O horizonte da música feita (ou mediada) por inteligência artificial ainda está longe de um consenso. Para a compositora Tallia, o uso responsável é possível — desde que a tecnologia complemente, e não substitua.

“Sou contra qualquer plataforma que construa uma música inteira com pedaços de outras. Isso fere os direitos autorais de outras pessoas.”

Gustavo Deppe alerta para a chegada iminente de sucessos gerados majoritariamente por IA.

“A questão não é mais ‘se’, e sim ‘como’ vamos reagir. E, por enquanto, o Brasil ainda está despreparado.”

Na Europa, uma lei chamada Artificial Intelligence Act (ou AI Act) entrou em vigor em agosto de 2024 com dois objetivos principais: estabelecer uma política de respeito aos direitos autorais e exigir transparência nos dados de treinamento — ou seja, ferramentas precisam divulgar publicamente um resumo detalhado dos conteúdos utilizados para treinar seus algoritmos.

Foi essa legislação que inspirou o debate atual sobre IA no Brasil.

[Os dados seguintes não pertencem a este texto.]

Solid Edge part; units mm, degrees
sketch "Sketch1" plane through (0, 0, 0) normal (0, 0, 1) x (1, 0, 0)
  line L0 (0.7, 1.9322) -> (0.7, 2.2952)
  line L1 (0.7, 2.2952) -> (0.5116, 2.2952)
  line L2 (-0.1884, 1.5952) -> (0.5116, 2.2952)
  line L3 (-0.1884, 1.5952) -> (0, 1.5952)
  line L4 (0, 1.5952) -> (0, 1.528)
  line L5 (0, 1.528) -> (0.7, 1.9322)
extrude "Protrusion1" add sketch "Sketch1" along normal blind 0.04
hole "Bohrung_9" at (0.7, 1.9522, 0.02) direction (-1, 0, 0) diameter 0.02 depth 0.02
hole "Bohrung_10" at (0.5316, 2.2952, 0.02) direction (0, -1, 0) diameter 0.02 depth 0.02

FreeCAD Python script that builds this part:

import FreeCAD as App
import Part
import Sketcher

V = App.Vector
Q = App.Units.Quantity


def add_polygon(sketch, points):
    """Adds a closed chain of lines whose ends are joined by coincident constraints."""
    first, n = sketch.GeometryCount, len(points)
    for a, b in zip(points, points[1:] + points[:1]):
        sketch.addGeometry(Part.LineSegment(App.Vector(*a, 0), App.Vector(*b, 0)), False)
    for i in range(n):
        sketch.addConstraint(Sketcher.Constraint("Coincident", first + i, 2, first + (i + 1) % n, 1))

doc = App.newDocument("Part")
params = doc.addObject("Spreadsheet::Sheet", "Params")
for row, (alias, value) in enumerate([
    ("pad1_length", "0.04 mm"),
    ("sketch2_diameter", "0.02 mm"),
    ("hole_diameter", "0.02 mm"),
    ("hole_depth", "0.02 mm"),
    ("sketch3_diameter", "0.02 mm"),
    ("hole2_diameter", "0.02 mm"),
    ("hole2_depth", "0.02 mm"),
], start=1):
    params.set(f"A{row}", alias)
    params.set(f"B{row}", "=" + value)
    params.setAlias(f"B{row}", alias)

body = doc.addObject("PartDesign::Body", "Body")

sketch1 = body.newObject("Sketcher::SketchObject", "Sketch")
sketch1.AttachmentSupport = (doc.getObject("XY_Plane"), [""])
sketch1.MapMode = "FlatFace"
add_polygon(sketch1, [(0, 1.53), (0.7, 1.93), (0.7, 2.3), (0.51, 2.3), (-0.19, 1.6), (0, 1.6)])
sketch1.addConstraint(Sketcher.Constraint("Vertical", 1))
sketch1.addConstraint(Sketcher.Constraint("Horizontal", 2))
sketch1.addConstraint(Sketcher.Constraint("Horizontal", 4))
sketch1.addConstraint(Sketcher.Constraint("Vertical", 5))
sketch1.addConstraint(Sketcher.Constraint("PointOnObject", 4, 2, -2))
sketch1.addConstraint(Sketcher.Constraint("Equal", 2, 4))
sketch1.addConstraint(Sketcher.Constraint("Angle", 3, Q("-135 deg")))
sketch1.addConstraint(Sketcher.Constraint("DistanceX", -1, 1, 0, 2, Q("0.7 mm")))
sketch1.addConstraint(Sketcher.Constraint("DistanceY", 1, 1, 1, 2, Q("0.363 mm")))
sketch1.addConstraint(Sketcher.Constraint("DistanceX", 2, 2, 2, 1, Q("0.1884 mm")))
sketch1.addConstraint(Sketcher.Constraint("DistanceY", 5, 2, 5, 1, Q("0.0672 mm")))
sketch1.addConstraint(Sketcher.Constraint("DistanceY", -1, 1, 5, 2, Q("1.528 mm")))
pad1 = body.newObject("PartDesign::Pad", "Pad")
pad1.Profile = sketch1
pad1.setExpression("Length", "Params.pad1_length")

sketch2 = body.newObject("Sketcher::SketchObject", "Sketch001")
sketch2.AttachmentSupport = (doc.getObject("YZ_Plane"), [""])
sketch2.MapMode = "FlatFace"
sketch2.AttachmentOffset = App.Placement(V(0, 0, 0.7), App.Rotation())
sketch2.addGeometry(Part.Circle(V(1.952, 0.02, 0), V(0, 0, 1), 0.01), False)
sketch2.addConstraint(Sketcher.Constraint("Diameter", 0, Q("0.02 mm")))
sketch2.addConstraint(Sketcher.Constraint("DistanceY", -1, 1, 0, 3, Q("0.02 mm")))
sketch2.addConstraint(Sketcher.Constraint("DistanceX", -1, 1, 0, 3, Q("1.9522 mm")))
sketch2.setExpression("Constraints[0]", "Params.sketch2_diameter")
doc.recompute()
hole = body.newObject("PartDesign::Hole", "Hole")
hole.Profile = sketch2
hole.ThreadType = "None"
hole.setExpression("Diameter", "Params.hole_diameter")
hole.DepthType = "Dimension"
hole.setExpression("Depth", "Params.hole_depth")
hole.DrillPoint = "Flat"

sketch3 = body.newObject("Sketcher::SketchObject", "Sketch002")
sketch3.AttachmentSupport = (doc.getObject("XZ_Plane"), [""])
sketch3.MapMode = "FlatFace"
sketch3.AttachmentOffset = App.Placement(V(0, 0, -2.2952), App.Rotation())
sketch3.addGeometry(Part.Circle(V(0.532, 0.02, 0), V(0, 0, 1), 0.01), False)
sketch3.addConstraint(Sketcher.Constraint("Diameter", 0, Q("0.02 mm")))
sketch3.addConstraint(Sketcher.Constraint("DistanceY", -1, 1, 0, 3, Q("0.02 mm")))
sketch3.addConstraint(Sketcher.Constraint("DistanceX", -1, 1, 0, 3, Q("0.5316 mm")))
sketch3.setExpression("Constraints[0]", "Params.sketch3_diameter")
doc.recompute()
hole2 = body.newObject("PartDesign::Hole", "Hole001")
hole2.Profile = sketch3
hole2.ThreadType = "None"
hole2.setExpression("Diameter", "Params.hole2_diameter")
hole2.DepthType = "Dimension"
hole2.setExpression("Depth", "Params.hole2_depth")
hole2.DrillPoint = "Flat"
hole2.Reversed = True

doc.recompute()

Atualmente, tramitam no Congresso Nacional três projetos de lei voltados à regulamentação da inteligência artificial e sua relação com os direitos autorais:

  • PL 2338/2023 – busca criar um marco regulatório para o desenvolvimento e uso da IA no país (já aprovado no Senado em dezembro de 2024 e em análise na Câmara dos Deputados);
  • PL 1473/2023 – obriga empresas que operam sistemas de IA a oferecer ferramentas para que criadores de conteúdo possam restringir o uso de suas obras pelos algoritmos;
  • PL 3656/2024 – propõe alterações na Lei nº 9.610/1998, a fim de estabelecer regras sobre direitos autorais de obras geradas integral ou majoritariamente por IA de forma autônoma.

Dezesseis anos depois de Jay-Z tentar matar o autotune, estamos mais distantes do que nunca de um funeral.
Pelo contrário: há um clima de euforia com as possibilidades infinitas dessas ferramentas — a despeito do medo constante de uma superação robótica do material humano.

Agora, o que todos esperam é a hora do acerto de contasnão com os robôs, mas com os humanos por trás deles, que fazem arte a partir da arte de outros humanos.